Lewis and Clark did know something of what to expect geographically when they got to the Cascade Range due to the explorations of George Vancouver, though they initially mistook a newly-sighted peak, Mount Adams, for Mount St. Helens, and mistook Mount St. Helens for Mount Rainier. By the time they had made winter camp at Fort Clatsop, however, Clark had sorted out his map and assigned the right names to the right peaks. Lewis and Clark noted the conical nature of some of the mountains, but they apparently did not draw the connection that they were in the midst of a chain of volcanoes. Minor eruptions in the 19th century filled in the gaps as explorers and settlers realized they were living in the midst of potentially explosive geologic giants.
Lewis and Clark’s last near-miss with volcanic activity came in the summer of 1806, when they passed to the north of the amazing thermal features of present-day Yellowstone National Park. Yellowstone National Park is centered over the Yellowstone Caldera, the largest supervolcano on the continent. Like the Cascade volcanoes, the Yellowstone Caldera is considered an active volcano.

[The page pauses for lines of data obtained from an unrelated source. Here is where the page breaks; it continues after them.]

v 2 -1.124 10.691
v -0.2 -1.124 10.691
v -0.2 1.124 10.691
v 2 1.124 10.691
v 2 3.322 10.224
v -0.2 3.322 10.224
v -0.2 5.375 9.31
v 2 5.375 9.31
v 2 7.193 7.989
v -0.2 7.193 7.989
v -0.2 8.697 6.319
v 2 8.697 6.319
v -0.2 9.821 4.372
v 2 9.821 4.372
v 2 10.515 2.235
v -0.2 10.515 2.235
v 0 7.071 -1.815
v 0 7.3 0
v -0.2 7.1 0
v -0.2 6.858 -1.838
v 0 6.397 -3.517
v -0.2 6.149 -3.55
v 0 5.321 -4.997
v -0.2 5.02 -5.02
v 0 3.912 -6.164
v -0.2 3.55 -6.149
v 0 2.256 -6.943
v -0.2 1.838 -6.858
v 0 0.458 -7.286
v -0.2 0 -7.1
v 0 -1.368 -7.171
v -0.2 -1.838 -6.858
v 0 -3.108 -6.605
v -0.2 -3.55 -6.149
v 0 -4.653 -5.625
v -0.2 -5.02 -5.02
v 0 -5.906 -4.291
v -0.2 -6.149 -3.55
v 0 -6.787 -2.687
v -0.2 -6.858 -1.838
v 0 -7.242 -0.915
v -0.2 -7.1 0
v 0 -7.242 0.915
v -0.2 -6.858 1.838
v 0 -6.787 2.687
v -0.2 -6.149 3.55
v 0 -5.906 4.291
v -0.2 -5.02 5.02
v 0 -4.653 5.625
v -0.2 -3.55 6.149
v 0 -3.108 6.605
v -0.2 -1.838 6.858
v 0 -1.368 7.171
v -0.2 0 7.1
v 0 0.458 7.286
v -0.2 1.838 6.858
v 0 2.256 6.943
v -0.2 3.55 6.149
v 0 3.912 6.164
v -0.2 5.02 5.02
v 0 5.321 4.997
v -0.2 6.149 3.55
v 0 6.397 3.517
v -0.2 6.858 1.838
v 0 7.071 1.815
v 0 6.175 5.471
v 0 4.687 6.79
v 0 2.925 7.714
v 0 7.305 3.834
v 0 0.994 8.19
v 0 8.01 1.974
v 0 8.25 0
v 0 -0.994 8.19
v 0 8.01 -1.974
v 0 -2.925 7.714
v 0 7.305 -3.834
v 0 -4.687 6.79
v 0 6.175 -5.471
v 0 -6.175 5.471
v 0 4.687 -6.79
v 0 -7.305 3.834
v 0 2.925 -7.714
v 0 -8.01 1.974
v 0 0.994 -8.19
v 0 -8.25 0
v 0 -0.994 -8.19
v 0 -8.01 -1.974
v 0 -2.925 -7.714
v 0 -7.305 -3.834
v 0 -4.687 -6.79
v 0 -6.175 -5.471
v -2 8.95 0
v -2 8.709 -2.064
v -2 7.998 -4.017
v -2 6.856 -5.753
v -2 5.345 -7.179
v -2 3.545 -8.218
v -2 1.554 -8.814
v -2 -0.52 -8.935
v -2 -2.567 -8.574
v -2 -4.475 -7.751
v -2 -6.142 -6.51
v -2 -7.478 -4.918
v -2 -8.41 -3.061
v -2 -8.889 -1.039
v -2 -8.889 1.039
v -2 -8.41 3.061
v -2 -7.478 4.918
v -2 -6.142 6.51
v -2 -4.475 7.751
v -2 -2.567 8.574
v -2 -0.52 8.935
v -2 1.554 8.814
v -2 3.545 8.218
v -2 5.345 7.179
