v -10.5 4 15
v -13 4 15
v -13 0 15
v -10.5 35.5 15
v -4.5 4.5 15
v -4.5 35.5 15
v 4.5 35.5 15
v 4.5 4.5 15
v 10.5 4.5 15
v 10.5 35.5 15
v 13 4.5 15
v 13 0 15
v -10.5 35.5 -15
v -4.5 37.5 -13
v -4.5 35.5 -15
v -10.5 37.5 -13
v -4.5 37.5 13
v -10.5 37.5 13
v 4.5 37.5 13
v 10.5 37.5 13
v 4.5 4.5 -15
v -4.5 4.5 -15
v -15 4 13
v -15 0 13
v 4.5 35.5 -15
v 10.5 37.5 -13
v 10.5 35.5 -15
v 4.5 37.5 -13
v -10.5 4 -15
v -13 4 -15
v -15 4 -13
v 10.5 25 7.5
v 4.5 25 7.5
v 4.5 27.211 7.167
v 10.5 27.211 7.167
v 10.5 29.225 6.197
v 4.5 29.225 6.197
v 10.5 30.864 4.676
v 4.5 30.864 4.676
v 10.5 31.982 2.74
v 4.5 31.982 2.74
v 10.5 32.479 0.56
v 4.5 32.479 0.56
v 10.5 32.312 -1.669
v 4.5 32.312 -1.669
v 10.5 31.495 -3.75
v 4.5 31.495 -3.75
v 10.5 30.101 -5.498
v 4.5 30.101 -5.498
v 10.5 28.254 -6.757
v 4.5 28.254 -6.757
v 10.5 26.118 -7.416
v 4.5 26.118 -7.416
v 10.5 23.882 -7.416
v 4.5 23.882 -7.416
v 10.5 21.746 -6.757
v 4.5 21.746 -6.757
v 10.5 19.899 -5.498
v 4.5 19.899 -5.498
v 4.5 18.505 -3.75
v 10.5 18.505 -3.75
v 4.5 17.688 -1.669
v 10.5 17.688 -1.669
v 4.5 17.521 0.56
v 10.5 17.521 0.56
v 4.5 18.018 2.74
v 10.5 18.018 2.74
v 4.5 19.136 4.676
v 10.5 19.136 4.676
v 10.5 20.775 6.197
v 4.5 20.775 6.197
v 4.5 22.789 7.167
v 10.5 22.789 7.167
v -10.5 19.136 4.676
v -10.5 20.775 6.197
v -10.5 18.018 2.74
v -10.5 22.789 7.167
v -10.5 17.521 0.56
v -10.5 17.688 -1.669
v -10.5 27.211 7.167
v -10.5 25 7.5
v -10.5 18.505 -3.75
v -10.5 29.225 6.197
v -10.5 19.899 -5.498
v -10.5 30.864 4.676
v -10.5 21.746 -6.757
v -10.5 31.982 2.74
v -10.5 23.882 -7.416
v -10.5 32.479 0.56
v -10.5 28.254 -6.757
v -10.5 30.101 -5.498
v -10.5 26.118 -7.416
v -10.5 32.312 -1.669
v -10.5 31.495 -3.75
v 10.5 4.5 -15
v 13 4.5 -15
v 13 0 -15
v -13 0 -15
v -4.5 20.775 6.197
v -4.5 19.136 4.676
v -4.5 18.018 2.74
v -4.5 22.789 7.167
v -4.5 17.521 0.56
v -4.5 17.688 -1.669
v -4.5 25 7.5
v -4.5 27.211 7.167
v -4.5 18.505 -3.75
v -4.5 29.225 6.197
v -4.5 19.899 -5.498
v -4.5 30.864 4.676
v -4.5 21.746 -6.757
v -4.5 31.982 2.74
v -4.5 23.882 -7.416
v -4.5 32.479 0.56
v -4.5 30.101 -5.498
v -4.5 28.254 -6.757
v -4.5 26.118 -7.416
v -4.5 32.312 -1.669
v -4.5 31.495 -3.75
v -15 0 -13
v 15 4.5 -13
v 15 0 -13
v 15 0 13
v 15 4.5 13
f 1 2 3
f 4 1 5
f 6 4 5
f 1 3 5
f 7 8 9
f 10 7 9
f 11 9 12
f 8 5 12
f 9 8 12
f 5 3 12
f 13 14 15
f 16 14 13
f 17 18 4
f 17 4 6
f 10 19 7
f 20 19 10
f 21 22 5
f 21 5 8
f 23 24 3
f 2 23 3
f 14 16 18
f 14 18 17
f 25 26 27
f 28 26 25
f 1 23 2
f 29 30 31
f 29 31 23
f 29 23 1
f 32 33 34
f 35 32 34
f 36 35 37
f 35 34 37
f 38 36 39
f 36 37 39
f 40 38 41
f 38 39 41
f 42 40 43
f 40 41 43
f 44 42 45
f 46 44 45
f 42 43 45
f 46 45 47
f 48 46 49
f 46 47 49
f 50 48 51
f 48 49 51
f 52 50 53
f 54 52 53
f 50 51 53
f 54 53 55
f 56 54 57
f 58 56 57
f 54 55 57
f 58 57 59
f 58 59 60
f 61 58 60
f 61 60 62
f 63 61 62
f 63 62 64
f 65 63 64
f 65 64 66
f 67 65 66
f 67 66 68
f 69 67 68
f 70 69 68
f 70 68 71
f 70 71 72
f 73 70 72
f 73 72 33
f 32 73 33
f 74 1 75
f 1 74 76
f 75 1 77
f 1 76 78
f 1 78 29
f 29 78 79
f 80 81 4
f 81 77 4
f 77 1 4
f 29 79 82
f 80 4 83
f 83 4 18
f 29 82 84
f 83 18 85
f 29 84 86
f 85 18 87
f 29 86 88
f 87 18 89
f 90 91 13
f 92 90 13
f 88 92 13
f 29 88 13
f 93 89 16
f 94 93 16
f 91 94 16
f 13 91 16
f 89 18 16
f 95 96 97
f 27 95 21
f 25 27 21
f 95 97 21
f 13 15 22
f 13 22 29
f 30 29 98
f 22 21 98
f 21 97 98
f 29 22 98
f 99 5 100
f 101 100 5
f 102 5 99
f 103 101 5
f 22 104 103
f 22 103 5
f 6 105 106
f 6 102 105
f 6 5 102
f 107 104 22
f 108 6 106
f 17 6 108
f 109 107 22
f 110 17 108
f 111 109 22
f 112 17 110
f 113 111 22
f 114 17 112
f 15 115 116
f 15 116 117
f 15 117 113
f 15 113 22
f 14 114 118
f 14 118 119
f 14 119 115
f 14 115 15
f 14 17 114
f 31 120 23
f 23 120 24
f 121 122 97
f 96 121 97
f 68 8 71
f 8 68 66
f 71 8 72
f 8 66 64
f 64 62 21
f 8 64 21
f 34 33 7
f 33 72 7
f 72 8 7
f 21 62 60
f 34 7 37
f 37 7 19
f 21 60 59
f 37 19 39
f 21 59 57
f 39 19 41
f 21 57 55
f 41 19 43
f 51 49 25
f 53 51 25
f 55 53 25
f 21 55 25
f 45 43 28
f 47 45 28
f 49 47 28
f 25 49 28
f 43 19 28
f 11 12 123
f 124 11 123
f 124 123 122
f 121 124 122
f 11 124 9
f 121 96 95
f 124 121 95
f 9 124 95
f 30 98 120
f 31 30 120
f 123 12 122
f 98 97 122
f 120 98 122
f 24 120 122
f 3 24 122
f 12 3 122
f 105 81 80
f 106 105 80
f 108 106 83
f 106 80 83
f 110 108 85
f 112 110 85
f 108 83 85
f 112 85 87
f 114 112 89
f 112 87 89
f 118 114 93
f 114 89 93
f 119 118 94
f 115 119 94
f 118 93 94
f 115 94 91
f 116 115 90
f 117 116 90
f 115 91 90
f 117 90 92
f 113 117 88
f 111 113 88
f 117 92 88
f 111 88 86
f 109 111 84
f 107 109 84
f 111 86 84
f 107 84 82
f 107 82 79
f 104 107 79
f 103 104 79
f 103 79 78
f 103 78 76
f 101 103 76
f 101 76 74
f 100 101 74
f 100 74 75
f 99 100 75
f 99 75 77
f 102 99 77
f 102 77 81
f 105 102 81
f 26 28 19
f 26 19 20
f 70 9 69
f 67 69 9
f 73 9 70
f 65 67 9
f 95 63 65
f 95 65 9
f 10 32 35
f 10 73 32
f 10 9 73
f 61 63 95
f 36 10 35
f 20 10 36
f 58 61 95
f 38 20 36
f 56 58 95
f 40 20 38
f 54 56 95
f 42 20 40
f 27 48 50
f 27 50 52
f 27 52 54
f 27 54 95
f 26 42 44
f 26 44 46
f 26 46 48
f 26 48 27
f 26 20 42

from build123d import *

# Parameters (mm, degrees)
EXTRUDE_1_DEPTH          = 37.5
SKETCH_4_W               = 2.5
SKETCH_4_H               = 30
CUT_EXTRUDE_2_DEPTH      = 33.5
CUT_EXTRUDE_3_DEPTH      = 44.084219849
CUT_EXTRUDE_3_DEPTH_BACK = 33.5
CUT_EXTRUDE_4_DEPTH      = 33
SKETCH_12_W              = 9
SKETCH_12_H              = 30
CUT_EXTRUDE_7_DEPTH      = 33
CUT_EXTRUDE_8_REACH      = 49.765
SKETCH_16_R              = 7.5
CHAMFER_2_SIZE           = 2


with BuildPart() as part:
    # 草图1 → 凸台-拉伸1 (new body)
    with BuildSketch(Plane(origin=(0, 0, 0), x_dir=(1, 0, 0), z_dir=(0, 1, 0))):
        Polygon((13, -15), (15, -13), (15, 13), (13, 15), (-13, 15), (-15, 13), (-15, -13), (-13, -15), align=None)
    extrude(amount=EXTRUDE_1_DEPTH)

    # 草图4 → 切除-拉伸2 (cut)
    with BuildSketch(Plane(origin=(0, 37.5, 0), x_dir=(1, 0, 0), z_dir=(0, 1, 0))):
        with Locations((-11.75, 0)):
            Rectangle(SKETCH_4_W, SKETCH_4_H)
    extrude(amount=-CUT_EXTRUDE_2_DEPTH, mode=Mode.SUBTRACT)

    # 草图9 → 切除-拉伸3 (cut, two sides: drawn at the far end of the back side and taken through both)
    with BuildSketch(Plane(origin=(0, 37.5, 0), x_dir=(1, 0, 0), z_dir=(0, 1, 0)).offset(-CUT_EXTRUDE_3_DEPTH_BACK)):
        Polygon((-13, -15), (-13, 15), (-15, 13), (-15, -13), align=None)
    extrude(amount=CUT_EXTRUDE_3_DEPTH + CUT_EXTRUDE_3_DEPTH_BACK, mode=Mode.SUBTRACT)

    # 草图11 → 切除-拉伸4 (cut)
    with BuildSketch(Plane(origin=(0, 37.5, 0), x_dir=(1, 0, 0), z_dir=(0, 1, 0))):
        Polygon((10.5, -15), (10.5, 15), (13, 15), (15, 13), (15, -13), (13, -15), align=None)
    extrude(amount=-CUT_EXTRUDE_4_DEPTH, mode=Mode.SUBTRACT)

    # 草图12 → 切除-拉伸7 (cut)
    with BuildSketch(Plane(origin=(0, 37.5, 0), x_dir=(1, 0, 0), z_dir=(0, 1, 0))):
        Rectangle(SKETCH_12_W, SKETCH_12_H)
    extrude(amount=-CUT_EXTRUDE_7_DEPTH, mode=Mode.SUBTRACT)

    # 切除-拉伸8: up to this face of the body (flat: up to its plane)
    cut_extrude_8_end = Plane(part.part.faces().sort_by_distance((10.5, 21, 0))[0])
    # 草图16 → 切除-拉伸8 (cut, up to the picked face)
    with BuildSketch(Plane.ZY.offset(10.5), mode=Mode.PRIVATE) as cut_extrude_8_sk1:
        with Locations((0, 25)):
            Circle(SKETCH_16_R)
    cut_extrude_8_tool1 = split(extrude(cut_extrude_8_sk1.sketch, amount=-CUT_EXTRUDE_8_REACH, mode=Mode.PRIVATE), bisect_by=cut_extrude_8_end, keep=Keep.BOTH, mode=Mode.PRIVATE)
    add(cut_extrude_8_tool1.solids().sort_by(Axis((-10.5, 25, 0), (1, 0, 0)))[0], mode=Mode.SUBTRACT)

    # 倒角2
    chamfer_2_edges = [part.edges().sort_by_distance(p)[0] for p in [
        (-7.5, 37.5, 15),
        (-7.5, 37.5, -15),
        (7.5, 37.5, -15),
        (7.5, 37.5, 15),
    ]]
    chamfer(chamfer_2_edges, length=CHAMFER_2_SIZE)


solid = part.part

In 1806, John Colter, a member of the Corps of Discovery, left the Lewis and Clark Expedition with Lewis’s consent to join a group of fur trappers. After splitting up with the other trappers, Colter passed through a portion of what later became Yellowstone National park during the winter of 1807–1808. He observed at least one geothermal area in the northeastern section of the park, near Tower Fall. After surviving wounds he suffered in a battle with members of the Crow and Blackfoot tribes in 1809, he gave a description of a place of “hidden fires, smoking pits, noxious steams, and smell of brimstone” that was dismissed by many people as delirium or exaggeration. Later, Colter’s observations were borne out by the reports of other mountain men who visited the area. The place he described was nicknamed “Colter’s Hell.”